1.2.3 Western Granitic Belt

The Western Granitic Belt is largely Cretaceous age, I-type and S- type affinity. These granitiod rocks mainly distributed in Myanmar and cover small area in Thailand. In northern Thailand, the small isolated pluton is in Mae Lama, Mae Hong Son province (Charusiri et al., 1992). These rocks reflected true granite (Streckeisen, 1976) which medium-grained equigranular, grey, biotite-hornblende granite with some pyroxene and medium grained, grey, K-feldspar megacrystic biotite-hornblende granite (Cobbing et al., 1992). From 40Ar/39Ar yielded age 50- 88 Ma or Late Cretaceous to Early Tertiary (Charusiri et al., 1993) and from Rb- Sr whole rock isochron yielded ages 130.4±4.4 Ma (Nakapadungrat et al., 1984) at Mae Lama granite. Geochemically, these belts can be grouped into two groups (Cobbing, 2011), the Cretaceous granite S-types and I-types. The composition range from granodiorite to syenogranite dominated by monzogranites (69.0-74.4%

SiO2). They show strongly potassic with high K2O content that differ from the Permo-Triassic S-types granite which metaluminous subalkaline monzonitic to peraluminous alkali calcic granite. The Tertiary granites are metaluminous to mildly peraluminous I-type granitoid rocks.
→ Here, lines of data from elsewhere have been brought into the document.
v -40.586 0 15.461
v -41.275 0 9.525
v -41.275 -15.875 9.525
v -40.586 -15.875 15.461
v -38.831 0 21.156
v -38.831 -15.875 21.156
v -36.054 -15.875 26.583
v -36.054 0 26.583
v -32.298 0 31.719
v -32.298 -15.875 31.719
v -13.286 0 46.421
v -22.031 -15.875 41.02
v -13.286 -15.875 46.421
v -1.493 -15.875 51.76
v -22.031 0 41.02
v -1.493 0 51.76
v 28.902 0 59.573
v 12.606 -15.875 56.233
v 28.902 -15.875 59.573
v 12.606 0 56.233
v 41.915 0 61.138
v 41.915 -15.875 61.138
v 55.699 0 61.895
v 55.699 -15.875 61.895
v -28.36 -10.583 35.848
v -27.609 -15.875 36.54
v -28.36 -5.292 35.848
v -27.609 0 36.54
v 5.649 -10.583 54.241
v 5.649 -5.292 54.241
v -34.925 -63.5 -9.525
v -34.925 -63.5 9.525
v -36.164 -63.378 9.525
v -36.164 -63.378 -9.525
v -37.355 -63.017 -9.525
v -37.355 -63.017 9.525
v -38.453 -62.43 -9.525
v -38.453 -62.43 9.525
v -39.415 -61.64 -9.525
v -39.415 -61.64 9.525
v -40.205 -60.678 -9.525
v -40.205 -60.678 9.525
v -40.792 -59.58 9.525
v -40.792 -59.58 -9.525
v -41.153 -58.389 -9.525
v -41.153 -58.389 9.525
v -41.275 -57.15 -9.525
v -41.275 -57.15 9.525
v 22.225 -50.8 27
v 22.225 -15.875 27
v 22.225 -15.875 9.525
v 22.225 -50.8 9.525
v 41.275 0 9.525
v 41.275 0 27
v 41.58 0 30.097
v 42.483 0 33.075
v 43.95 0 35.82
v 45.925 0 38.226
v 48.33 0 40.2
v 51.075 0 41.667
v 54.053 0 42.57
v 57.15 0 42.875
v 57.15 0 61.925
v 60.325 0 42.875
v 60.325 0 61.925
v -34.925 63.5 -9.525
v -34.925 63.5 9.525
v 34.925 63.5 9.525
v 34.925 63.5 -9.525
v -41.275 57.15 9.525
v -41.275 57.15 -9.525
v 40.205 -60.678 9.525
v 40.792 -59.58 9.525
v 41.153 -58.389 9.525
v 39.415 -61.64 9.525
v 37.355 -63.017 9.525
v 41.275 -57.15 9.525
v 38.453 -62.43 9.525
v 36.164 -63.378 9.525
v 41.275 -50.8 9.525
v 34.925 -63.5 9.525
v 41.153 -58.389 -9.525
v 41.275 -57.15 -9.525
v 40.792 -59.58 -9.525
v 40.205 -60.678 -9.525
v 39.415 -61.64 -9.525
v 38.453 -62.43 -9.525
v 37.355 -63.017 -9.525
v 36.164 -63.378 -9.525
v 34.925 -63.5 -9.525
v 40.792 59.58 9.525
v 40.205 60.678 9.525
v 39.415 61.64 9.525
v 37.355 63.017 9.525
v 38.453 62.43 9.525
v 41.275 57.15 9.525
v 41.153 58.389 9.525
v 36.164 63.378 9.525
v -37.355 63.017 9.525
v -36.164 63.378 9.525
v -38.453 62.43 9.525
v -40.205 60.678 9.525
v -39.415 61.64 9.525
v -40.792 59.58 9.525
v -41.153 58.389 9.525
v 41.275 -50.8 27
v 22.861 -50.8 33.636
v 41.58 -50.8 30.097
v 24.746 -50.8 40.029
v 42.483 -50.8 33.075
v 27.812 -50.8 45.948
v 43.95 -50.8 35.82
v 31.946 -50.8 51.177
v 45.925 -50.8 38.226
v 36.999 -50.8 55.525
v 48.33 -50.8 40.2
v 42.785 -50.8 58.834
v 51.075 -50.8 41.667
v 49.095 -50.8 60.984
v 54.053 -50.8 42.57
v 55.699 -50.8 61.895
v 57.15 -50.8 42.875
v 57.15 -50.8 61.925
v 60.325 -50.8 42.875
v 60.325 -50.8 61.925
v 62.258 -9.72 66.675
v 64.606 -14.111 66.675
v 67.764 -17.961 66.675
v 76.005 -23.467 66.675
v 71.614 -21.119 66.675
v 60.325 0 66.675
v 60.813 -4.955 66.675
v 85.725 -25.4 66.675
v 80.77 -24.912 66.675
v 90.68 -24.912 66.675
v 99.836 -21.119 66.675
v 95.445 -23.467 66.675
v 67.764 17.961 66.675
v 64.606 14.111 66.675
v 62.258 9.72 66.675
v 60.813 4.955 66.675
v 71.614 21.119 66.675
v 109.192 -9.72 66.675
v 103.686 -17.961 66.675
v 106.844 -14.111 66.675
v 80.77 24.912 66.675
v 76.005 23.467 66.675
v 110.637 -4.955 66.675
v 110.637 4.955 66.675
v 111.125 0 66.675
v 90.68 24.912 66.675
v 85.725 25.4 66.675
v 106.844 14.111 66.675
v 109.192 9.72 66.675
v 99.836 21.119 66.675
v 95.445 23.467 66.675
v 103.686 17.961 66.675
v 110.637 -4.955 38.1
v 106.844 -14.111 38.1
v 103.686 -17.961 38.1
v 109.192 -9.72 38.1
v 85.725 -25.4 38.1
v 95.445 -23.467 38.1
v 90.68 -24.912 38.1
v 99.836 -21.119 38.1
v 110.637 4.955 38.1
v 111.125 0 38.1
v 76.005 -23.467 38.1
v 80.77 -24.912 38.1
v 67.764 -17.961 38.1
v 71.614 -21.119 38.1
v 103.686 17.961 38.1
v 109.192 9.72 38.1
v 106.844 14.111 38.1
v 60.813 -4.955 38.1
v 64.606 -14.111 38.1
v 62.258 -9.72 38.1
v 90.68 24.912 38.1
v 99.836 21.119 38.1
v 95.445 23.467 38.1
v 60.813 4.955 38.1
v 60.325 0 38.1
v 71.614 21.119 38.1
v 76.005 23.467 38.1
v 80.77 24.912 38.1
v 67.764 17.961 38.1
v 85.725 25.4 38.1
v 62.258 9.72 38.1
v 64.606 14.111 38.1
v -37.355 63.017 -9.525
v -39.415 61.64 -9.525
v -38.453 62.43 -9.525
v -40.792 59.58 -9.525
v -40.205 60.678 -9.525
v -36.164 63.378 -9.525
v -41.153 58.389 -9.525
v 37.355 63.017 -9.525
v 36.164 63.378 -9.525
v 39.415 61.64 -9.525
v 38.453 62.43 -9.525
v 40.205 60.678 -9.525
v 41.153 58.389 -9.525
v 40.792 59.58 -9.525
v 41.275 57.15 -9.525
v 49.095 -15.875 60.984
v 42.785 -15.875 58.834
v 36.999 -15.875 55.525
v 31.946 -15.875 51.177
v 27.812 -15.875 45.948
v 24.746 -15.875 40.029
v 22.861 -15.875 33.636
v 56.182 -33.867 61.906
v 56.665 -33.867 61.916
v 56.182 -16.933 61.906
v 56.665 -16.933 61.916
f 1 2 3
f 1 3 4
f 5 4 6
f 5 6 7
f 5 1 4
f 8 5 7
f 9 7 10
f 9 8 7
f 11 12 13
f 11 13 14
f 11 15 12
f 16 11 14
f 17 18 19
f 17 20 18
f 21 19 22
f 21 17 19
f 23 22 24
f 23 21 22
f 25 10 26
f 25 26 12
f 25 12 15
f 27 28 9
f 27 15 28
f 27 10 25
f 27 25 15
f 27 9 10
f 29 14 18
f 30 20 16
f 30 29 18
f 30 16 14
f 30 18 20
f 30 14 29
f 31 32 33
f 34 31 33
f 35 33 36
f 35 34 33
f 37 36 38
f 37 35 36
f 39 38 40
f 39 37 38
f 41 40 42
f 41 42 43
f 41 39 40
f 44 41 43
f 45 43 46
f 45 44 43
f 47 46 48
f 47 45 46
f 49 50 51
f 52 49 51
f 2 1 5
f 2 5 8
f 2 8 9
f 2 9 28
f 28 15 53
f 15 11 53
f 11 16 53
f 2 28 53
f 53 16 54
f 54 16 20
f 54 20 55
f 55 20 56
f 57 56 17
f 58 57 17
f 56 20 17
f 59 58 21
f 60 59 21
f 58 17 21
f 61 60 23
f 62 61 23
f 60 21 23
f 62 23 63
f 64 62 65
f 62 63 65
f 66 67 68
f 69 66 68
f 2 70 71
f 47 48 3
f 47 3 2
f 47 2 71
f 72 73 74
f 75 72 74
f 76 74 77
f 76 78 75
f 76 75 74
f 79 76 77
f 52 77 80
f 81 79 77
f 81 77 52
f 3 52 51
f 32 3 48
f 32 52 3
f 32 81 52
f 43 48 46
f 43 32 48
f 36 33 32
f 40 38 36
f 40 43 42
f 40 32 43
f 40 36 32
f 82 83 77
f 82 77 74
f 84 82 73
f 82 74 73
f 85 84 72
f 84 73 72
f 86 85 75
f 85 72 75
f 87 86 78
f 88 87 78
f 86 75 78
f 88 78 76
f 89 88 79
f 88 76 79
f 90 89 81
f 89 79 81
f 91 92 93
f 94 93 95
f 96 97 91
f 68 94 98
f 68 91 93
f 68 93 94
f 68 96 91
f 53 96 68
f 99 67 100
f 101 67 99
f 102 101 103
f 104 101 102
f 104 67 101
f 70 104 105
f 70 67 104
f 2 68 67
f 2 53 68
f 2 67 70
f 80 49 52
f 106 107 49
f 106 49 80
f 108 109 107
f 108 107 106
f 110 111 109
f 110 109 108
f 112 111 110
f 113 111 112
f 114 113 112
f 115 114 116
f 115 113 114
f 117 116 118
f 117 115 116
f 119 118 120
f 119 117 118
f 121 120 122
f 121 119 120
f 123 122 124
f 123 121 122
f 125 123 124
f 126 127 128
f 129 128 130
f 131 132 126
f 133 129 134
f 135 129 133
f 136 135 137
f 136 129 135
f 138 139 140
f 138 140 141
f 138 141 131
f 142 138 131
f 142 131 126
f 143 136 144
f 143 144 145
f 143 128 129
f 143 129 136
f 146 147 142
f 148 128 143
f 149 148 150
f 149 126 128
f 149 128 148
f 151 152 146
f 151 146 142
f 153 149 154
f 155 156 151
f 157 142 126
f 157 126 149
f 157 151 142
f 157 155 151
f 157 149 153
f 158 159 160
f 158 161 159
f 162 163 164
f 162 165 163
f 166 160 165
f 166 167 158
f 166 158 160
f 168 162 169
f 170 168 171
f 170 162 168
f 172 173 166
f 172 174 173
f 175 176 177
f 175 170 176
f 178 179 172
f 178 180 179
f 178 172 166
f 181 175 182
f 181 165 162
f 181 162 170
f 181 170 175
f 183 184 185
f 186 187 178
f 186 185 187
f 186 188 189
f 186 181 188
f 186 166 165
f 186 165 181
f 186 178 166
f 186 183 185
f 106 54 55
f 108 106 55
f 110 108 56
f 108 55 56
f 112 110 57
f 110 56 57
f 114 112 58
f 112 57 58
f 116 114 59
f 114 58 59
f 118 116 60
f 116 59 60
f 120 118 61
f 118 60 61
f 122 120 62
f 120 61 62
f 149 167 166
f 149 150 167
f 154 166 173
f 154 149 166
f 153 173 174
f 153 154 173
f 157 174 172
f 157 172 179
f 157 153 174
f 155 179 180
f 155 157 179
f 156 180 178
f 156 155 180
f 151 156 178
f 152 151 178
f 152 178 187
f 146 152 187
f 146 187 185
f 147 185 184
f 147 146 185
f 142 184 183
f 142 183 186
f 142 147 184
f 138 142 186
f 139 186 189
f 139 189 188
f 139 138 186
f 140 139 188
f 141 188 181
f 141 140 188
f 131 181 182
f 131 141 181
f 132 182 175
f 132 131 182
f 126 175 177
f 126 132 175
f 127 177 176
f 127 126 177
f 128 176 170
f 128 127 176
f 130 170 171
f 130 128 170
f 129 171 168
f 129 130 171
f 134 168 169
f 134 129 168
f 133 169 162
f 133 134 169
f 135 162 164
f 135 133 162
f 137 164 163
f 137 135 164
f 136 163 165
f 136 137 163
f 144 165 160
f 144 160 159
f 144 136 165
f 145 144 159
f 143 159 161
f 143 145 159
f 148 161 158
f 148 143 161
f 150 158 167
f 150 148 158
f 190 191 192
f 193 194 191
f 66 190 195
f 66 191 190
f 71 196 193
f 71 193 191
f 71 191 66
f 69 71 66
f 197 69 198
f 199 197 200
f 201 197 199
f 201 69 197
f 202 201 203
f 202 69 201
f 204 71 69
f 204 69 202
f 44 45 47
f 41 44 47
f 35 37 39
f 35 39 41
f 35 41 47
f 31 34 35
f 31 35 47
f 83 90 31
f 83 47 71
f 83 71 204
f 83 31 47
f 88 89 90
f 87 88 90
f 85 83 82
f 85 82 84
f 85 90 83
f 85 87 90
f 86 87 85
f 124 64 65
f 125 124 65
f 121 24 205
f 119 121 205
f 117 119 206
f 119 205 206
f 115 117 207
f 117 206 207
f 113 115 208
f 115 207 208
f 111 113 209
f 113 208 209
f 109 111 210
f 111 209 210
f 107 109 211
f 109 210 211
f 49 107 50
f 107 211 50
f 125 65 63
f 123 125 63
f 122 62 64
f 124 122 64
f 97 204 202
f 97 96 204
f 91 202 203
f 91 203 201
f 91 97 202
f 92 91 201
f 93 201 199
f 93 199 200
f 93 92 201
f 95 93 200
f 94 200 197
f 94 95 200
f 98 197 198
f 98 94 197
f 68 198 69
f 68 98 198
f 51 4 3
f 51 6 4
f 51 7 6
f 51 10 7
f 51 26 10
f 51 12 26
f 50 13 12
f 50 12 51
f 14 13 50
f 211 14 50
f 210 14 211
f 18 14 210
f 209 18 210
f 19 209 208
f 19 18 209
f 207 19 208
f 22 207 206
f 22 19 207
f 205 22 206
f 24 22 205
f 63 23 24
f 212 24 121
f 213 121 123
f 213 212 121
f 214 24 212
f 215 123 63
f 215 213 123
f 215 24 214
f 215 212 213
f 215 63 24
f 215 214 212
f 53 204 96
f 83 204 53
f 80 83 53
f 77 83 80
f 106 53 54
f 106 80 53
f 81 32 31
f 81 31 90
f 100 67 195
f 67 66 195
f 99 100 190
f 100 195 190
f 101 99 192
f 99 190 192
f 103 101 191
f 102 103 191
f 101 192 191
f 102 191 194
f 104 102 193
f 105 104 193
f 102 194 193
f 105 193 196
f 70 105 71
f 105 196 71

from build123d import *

# Parameters (mm, degrees)
F1_DEPTH = 63.5
F2_DEPTH = 50.8
F3_DEPTH = 15.875
F5_R     = 6.35


with BuildPart() as f1:
    # F0 (on Front) → F1 (new body, symmetric)
    with BuildSketch(Plane.XZ):
        Polygon((41.275, -9.525), (41.275, 9.525), (22.225, 9.525), (-41.275, 9.525), (-41.275, -9.525), align=None)
    extrude(amount=F1_DEPTH, both=True)

    # F0 (on Front) → F2 (join)
    with BuildSketch(Plane.XZ):
        with BuildLine():
            Line((22.225, 9.525), (41.275, 9.525))
            Line((41.275, 9.525), (41.275, 27.0002))
            ThreePointArc((41.275, 27.0002), (45.92468, 38.22552), (57.15, 42.8752))
            Line((57.15, 42.8752), (60.325, 42.8752))
            Line((60.325, 42.8752), (60.325, 61.9252))
            Line((60.325, 61.9252), (57.15, 61.9252))
            add(Edge.make_bspline(
                [(55.698656, 61.895031), (56.181235, 61.906578), (56.665021, 61.916637), (57.15, 61.9252)],
                knots=[110.558301, 110.558301, 110.558301, 110.558301, 111.504536, 111.504536, 111.504536, 111.504536], degree=3))
            ThreePointArc((55.698656, 61.895031), (31.946391, 51.177332), (22.225, 27.0002))
            Line((22.225, 27.0002), (22.225, 9.525))
        make_face()
    extrude(amount=F2_DEPTH)

    # F0 (on Front) → F3 (join)
    with BuildSketch(Plane.XZ):
        with BuildLine():
            Line((-41.275, 9.525), (22.225, 9.525))
            Line((22.225, 9.525), (22.225, 27.0002))
            ThreePointArc((22.225, 27.0002), (31.946391, 51.177332), (55.698656, 61.895031))
            add(Edge.make_bspline(
                [(-41.275, 9.525), (-40.59176, 38.8765), (-0.685957, 60.545822), (55.698656, 61.895031)],
                knots=[0, 0, 0, 0, 110.558301, 110.558301, 110.558301, 110.558301], degree=3))
        make_face()
    extrude(amount=F3_DEPTH)

    # F5
    f5_edges = [f1.edges().sort_by_distance(p)[0] for p in [
        (41.275, -63.5, 0),
        (-41.275, -63.5, 0),
        (41.275, 63.5, 0),
        (-41.275, 63.5, 0),
    ]]
    fillet(f5_edges, radius=F5_R)


with BuildPart() as f4:
    # F0 (on Front) → F4 (revolve)
    with BuildSketch(Plane.XZ):
        Polygon((85.725, 61.9252), (85.725, 42.8752), (85.725, 38.1), (111.125, 38.1), (111.125, 66.675), (85.725, 66.675), align=None)
    revolve(axis=Axis((85.725, 0, 52.3875), (0, 0, 1)))


solid = Compound([f1.part, f4.part])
1.3 The Doi Kio Lom (DKL) Area

The Doi Kio Lom (DKL) area locates in Pai district, Mae Hong Son province. (at 1,296 meter above mean sea level) This area is well known as a scenic area along border between Pai and Pang Ma Pha district. It appears on the topographic map: sheets 4647 I ( Pai), L7018 series, at scale of 1:50,000 at UTM 2150300N/428500E, and on the geologic map sheet NE 47-2 (Amphoe Chiang Dao) at scale of 1:250,000. Approximately at 19°26'45" latitude 98°19'8" longitude (Fig. 1.2)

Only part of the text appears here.